◆ **What is expected**
Every line holding the string "cylinder" is to be copied from the entries below.

Top of Excerpted records

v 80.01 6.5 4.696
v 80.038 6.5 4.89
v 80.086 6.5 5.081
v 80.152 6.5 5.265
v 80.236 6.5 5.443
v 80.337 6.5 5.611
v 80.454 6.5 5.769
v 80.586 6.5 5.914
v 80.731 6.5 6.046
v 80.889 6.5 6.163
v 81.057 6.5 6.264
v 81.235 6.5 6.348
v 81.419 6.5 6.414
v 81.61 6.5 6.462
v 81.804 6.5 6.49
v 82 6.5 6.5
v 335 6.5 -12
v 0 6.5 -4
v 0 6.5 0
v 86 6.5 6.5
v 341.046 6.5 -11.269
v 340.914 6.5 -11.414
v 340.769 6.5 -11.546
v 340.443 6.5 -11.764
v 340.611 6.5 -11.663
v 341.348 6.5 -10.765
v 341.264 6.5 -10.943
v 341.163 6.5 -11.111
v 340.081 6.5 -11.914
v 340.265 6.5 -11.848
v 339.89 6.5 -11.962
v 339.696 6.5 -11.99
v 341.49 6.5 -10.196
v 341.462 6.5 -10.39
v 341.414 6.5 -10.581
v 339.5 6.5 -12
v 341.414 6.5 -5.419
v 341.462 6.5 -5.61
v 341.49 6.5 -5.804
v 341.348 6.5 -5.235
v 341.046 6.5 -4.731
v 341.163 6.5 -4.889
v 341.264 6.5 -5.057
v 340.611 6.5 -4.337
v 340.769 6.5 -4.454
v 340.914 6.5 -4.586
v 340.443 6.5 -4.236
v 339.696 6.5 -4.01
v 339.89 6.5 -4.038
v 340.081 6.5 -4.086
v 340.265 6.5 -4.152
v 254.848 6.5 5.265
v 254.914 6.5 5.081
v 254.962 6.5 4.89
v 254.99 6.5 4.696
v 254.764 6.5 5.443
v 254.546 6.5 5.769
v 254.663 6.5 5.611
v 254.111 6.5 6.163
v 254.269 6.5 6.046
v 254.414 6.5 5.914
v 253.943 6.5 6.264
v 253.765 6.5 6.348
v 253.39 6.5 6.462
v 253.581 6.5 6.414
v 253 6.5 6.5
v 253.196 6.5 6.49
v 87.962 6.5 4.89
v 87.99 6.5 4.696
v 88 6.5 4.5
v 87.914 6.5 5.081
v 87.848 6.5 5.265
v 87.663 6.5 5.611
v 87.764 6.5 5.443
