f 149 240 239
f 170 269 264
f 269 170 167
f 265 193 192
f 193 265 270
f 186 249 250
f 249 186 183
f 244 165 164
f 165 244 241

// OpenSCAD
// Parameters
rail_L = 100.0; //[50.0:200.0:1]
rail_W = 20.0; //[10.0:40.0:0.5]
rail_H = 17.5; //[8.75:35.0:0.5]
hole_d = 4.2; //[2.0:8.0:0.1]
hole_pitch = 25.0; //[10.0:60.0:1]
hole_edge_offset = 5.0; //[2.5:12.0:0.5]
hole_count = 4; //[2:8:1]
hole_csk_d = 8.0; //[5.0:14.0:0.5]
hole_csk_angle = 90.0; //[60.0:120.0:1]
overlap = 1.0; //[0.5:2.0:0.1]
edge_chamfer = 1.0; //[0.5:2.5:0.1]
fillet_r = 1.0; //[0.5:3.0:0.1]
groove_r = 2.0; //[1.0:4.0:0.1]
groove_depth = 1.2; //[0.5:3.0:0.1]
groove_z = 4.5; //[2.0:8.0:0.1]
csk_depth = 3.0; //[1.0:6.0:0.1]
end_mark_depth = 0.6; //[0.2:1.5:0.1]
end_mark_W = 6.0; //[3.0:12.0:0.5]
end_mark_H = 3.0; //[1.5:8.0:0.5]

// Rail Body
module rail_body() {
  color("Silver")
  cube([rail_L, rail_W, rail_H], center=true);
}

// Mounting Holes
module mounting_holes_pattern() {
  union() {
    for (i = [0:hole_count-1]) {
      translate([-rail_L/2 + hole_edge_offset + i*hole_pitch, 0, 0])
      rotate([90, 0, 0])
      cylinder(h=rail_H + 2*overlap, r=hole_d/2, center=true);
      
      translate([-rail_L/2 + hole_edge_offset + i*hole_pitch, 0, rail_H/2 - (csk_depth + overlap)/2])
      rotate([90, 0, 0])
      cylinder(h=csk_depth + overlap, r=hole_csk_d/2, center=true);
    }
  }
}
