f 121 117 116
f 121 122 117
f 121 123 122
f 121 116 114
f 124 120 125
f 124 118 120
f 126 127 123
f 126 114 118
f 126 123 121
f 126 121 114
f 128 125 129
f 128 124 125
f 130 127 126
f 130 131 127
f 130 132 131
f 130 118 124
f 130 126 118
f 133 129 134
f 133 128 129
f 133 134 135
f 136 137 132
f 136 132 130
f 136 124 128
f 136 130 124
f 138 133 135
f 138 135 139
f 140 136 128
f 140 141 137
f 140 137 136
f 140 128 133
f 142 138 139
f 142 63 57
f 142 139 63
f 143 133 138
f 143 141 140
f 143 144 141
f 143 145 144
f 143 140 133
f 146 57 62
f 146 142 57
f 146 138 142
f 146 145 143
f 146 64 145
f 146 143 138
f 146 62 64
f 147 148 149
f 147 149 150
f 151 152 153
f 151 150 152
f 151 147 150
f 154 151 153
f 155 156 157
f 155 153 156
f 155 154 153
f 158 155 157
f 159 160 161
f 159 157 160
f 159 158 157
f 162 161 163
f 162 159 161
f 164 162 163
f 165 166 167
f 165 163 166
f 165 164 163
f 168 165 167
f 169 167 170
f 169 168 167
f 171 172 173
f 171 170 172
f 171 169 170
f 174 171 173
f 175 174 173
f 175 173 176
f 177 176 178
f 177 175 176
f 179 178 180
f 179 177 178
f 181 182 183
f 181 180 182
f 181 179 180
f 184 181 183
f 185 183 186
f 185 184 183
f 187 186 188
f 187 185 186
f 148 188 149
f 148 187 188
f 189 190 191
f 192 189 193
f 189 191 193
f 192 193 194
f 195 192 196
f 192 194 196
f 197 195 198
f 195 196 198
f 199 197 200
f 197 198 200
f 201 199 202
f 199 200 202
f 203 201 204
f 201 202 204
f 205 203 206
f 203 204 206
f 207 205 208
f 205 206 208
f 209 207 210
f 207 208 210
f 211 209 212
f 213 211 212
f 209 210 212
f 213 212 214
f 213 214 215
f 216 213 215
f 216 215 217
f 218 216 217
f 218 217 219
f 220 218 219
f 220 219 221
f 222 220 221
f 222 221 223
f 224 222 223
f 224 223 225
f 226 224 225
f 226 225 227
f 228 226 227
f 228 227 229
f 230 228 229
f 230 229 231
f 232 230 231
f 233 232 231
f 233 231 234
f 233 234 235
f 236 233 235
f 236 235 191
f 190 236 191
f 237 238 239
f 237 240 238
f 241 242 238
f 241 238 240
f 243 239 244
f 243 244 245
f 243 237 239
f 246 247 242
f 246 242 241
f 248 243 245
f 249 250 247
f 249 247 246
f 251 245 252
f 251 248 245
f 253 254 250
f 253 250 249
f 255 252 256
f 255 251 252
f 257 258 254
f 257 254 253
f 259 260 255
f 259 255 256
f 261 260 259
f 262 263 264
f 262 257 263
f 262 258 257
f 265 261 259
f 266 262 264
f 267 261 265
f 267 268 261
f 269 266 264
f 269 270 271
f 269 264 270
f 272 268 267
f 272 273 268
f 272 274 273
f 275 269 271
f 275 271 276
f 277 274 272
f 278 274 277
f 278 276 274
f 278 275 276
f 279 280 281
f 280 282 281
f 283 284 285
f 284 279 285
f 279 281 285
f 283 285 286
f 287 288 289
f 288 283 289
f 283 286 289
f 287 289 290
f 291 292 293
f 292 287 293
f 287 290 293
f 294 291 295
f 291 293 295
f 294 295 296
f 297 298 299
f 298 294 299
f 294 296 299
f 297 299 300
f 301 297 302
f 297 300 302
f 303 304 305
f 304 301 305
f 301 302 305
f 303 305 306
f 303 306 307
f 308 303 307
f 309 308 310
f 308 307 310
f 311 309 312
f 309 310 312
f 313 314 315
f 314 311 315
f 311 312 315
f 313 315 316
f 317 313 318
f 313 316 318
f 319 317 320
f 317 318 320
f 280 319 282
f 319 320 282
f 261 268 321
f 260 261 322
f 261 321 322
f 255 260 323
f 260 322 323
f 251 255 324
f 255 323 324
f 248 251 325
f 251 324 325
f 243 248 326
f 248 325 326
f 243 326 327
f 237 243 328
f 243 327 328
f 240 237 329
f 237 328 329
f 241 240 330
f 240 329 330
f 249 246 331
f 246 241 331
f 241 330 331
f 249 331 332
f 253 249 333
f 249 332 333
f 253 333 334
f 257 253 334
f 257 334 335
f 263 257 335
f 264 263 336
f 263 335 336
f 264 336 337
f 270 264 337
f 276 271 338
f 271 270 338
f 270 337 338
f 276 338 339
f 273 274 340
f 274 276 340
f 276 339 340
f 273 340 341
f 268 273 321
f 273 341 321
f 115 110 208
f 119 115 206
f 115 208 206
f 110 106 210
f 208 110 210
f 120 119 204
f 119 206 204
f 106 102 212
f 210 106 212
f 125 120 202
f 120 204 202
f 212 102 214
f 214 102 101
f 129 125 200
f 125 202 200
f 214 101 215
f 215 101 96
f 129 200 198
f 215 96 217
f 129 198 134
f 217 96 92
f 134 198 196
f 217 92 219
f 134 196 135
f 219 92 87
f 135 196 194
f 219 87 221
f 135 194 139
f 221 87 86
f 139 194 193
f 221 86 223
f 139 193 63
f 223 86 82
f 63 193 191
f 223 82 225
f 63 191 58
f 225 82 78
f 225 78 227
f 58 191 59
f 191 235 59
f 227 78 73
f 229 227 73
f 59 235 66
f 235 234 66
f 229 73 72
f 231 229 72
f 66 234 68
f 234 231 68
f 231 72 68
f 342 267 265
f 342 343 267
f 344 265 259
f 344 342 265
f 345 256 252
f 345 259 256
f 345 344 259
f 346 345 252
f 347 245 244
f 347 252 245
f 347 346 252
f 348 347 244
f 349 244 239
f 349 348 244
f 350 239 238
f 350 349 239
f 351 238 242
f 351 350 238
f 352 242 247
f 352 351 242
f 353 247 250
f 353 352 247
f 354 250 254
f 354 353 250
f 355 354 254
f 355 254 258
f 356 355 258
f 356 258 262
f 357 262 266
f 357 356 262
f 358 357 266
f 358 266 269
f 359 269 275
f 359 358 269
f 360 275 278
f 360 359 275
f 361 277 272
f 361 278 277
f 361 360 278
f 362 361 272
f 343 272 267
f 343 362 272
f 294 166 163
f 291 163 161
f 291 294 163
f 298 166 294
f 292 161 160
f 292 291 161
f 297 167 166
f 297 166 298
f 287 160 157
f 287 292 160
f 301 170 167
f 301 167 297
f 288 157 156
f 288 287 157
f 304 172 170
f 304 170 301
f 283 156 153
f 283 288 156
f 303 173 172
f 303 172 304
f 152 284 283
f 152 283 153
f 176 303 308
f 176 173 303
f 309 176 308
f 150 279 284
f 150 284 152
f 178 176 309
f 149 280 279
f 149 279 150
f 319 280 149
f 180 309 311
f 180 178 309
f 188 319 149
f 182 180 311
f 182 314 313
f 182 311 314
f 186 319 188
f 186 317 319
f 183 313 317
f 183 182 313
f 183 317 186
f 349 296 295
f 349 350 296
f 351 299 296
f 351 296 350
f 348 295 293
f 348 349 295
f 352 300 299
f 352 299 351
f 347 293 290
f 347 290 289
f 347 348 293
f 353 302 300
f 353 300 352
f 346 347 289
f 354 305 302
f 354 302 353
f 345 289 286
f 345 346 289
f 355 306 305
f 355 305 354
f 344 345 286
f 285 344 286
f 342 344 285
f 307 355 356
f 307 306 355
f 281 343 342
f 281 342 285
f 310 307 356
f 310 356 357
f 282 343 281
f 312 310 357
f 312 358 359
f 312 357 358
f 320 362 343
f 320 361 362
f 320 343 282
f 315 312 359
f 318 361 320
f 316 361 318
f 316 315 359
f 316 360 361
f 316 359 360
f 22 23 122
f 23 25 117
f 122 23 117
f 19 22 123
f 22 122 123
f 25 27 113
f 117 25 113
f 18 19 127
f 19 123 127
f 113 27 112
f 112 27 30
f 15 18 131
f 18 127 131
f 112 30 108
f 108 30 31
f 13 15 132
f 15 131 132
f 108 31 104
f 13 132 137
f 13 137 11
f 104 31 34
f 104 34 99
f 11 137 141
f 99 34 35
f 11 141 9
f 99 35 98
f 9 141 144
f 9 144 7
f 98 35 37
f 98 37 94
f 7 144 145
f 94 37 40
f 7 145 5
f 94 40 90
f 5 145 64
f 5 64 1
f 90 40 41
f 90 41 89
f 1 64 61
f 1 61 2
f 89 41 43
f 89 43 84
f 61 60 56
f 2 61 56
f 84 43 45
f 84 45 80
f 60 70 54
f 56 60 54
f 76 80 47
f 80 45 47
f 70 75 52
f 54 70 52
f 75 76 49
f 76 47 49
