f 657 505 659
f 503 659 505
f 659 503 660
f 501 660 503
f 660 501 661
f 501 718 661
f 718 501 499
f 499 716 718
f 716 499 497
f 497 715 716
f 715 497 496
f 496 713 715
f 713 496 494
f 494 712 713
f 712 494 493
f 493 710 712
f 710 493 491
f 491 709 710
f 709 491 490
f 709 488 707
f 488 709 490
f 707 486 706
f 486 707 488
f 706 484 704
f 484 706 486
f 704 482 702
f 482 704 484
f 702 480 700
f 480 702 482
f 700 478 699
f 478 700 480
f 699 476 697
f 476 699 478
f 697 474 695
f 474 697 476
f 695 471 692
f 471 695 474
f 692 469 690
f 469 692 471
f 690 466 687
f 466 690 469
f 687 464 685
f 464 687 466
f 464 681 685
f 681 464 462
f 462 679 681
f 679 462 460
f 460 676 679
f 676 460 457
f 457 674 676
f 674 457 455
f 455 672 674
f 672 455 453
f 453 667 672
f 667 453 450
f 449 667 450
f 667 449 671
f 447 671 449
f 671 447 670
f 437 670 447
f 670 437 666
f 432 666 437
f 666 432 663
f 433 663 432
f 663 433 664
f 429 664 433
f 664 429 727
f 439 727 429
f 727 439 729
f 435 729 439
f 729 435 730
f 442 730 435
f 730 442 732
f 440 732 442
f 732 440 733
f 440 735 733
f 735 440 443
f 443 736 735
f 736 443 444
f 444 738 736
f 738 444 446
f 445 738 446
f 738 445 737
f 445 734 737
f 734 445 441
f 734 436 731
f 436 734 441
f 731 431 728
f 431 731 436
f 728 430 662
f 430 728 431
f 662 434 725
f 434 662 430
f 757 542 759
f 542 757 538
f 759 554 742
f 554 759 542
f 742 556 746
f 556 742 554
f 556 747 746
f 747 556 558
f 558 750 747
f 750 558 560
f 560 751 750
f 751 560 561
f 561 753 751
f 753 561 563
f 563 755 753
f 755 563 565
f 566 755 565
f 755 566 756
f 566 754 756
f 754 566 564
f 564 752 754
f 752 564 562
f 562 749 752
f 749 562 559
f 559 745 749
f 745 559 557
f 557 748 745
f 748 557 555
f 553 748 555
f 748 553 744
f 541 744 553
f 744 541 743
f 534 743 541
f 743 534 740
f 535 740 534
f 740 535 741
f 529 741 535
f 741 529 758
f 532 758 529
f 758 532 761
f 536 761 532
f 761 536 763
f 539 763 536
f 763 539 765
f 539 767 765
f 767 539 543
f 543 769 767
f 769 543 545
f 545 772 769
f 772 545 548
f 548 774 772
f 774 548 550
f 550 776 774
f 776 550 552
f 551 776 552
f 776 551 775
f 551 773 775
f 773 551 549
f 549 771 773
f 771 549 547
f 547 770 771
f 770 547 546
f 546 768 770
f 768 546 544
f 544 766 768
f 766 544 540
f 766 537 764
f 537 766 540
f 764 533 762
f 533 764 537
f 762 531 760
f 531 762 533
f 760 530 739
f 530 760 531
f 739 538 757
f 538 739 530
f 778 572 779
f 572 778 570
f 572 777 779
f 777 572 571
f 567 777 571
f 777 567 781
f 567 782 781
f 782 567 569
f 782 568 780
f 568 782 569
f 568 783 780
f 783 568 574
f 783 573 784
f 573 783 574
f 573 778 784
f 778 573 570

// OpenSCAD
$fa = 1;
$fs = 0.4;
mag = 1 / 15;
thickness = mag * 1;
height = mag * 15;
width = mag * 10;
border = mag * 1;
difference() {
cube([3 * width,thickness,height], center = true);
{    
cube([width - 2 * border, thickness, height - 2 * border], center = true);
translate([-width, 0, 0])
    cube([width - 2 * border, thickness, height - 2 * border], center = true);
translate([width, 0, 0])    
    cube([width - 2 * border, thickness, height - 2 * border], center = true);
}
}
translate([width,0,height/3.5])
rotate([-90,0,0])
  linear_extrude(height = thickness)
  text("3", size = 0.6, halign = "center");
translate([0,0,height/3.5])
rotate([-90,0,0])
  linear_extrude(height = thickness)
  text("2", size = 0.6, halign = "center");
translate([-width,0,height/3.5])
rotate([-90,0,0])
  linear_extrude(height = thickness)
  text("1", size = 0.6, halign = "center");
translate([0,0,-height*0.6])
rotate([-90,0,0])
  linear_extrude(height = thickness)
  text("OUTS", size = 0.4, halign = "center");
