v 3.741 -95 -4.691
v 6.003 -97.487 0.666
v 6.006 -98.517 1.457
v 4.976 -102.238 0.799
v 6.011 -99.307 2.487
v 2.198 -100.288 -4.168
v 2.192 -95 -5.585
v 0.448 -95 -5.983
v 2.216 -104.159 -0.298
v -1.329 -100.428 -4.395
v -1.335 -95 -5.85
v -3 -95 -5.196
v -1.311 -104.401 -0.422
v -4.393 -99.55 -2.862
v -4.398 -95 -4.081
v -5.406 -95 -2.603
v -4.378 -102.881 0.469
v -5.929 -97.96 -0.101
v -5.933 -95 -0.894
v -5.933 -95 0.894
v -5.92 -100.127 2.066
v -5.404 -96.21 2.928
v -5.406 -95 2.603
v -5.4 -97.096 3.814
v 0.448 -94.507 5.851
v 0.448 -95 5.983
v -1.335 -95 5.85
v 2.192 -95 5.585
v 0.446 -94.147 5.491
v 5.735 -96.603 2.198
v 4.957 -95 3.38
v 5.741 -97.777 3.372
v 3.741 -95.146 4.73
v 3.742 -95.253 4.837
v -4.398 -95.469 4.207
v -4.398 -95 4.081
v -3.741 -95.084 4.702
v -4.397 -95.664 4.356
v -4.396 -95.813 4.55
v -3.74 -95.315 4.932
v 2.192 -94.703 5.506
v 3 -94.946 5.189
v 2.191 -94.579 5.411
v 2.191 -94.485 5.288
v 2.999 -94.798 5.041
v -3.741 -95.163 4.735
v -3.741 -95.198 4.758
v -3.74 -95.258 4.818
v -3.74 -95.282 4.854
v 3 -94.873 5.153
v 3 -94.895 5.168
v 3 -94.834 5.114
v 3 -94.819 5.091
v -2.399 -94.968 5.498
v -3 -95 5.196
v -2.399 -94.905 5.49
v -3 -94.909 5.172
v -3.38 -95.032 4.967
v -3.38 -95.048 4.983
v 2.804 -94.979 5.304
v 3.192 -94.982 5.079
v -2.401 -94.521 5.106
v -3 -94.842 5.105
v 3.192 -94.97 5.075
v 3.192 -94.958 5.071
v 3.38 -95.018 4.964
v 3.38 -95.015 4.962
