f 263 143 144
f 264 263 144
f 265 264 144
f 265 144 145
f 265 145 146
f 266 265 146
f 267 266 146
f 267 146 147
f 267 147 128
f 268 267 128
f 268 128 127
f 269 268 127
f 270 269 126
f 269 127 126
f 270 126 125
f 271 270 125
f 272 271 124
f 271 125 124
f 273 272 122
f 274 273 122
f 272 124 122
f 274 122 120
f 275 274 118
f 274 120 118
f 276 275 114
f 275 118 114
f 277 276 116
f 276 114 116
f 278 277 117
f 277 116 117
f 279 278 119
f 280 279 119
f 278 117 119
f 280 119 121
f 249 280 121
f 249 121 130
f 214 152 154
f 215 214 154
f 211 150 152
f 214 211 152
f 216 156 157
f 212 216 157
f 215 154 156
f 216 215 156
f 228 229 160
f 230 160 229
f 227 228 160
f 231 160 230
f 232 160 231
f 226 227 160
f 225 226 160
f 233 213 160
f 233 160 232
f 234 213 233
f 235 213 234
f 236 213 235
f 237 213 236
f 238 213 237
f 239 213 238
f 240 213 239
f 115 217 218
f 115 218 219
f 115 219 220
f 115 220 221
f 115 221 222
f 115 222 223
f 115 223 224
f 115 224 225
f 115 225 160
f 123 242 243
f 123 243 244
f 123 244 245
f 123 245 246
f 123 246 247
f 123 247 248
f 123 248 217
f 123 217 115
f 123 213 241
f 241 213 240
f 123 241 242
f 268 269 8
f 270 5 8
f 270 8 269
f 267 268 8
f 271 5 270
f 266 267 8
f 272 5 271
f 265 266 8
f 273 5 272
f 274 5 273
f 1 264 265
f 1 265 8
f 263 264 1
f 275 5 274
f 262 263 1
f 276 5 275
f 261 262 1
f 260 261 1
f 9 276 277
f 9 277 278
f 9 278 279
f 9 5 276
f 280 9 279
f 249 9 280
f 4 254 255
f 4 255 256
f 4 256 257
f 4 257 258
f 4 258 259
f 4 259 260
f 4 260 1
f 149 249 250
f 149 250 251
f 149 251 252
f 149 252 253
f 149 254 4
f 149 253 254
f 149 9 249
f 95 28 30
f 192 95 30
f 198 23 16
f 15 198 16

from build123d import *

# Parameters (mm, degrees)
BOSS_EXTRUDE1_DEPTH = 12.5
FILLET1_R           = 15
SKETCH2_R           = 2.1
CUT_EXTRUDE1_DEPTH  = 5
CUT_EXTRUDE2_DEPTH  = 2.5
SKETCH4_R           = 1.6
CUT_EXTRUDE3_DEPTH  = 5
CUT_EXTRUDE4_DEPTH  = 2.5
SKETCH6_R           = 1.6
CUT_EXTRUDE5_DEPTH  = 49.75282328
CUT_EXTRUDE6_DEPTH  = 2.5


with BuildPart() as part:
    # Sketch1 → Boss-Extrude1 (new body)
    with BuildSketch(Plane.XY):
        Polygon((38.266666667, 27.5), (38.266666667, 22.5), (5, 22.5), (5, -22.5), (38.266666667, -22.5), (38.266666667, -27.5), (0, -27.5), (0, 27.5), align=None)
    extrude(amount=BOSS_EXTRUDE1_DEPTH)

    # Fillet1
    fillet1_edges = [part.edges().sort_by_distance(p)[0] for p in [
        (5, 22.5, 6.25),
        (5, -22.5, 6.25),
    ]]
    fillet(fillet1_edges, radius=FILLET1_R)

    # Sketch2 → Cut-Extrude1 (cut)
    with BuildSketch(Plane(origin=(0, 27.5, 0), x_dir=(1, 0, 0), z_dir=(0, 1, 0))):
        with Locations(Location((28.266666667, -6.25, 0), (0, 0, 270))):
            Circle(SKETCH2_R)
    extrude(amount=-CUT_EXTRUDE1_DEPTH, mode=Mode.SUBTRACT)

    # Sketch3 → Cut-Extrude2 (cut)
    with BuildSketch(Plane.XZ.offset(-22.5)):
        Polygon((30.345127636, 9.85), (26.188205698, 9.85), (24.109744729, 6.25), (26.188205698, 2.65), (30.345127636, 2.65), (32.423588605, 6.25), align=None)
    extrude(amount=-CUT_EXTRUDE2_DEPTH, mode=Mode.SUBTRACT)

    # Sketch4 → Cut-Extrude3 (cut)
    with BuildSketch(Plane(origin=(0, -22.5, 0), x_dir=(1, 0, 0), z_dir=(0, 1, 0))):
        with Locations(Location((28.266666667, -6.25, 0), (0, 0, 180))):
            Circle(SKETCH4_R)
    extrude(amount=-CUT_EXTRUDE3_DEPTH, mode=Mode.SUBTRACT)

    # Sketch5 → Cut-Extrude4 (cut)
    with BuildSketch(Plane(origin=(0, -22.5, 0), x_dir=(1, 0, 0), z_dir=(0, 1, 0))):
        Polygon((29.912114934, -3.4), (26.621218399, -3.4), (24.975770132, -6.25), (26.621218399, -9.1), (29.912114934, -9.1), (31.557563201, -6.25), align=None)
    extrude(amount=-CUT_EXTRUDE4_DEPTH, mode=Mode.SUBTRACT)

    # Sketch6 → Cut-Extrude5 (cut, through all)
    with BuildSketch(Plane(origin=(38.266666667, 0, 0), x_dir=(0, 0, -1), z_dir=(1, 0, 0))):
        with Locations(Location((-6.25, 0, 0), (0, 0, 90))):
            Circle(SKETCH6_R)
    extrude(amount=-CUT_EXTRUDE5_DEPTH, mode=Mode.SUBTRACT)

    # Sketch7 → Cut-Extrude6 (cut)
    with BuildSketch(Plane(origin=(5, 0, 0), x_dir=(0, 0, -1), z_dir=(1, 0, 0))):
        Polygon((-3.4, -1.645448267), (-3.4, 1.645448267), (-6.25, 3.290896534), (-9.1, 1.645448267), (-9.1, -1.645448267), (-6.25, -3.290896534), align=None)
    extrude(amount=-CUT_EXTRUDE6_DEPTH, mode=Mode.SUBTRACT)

Bottom of Excerpted records

◆ **Task solution**
      cylinder(h=rail_H + 2*overlap, r=hole_d/2, center=true);
      cylinder(h=csk_depth + overlap, r=hole_csk_d/2, center=true);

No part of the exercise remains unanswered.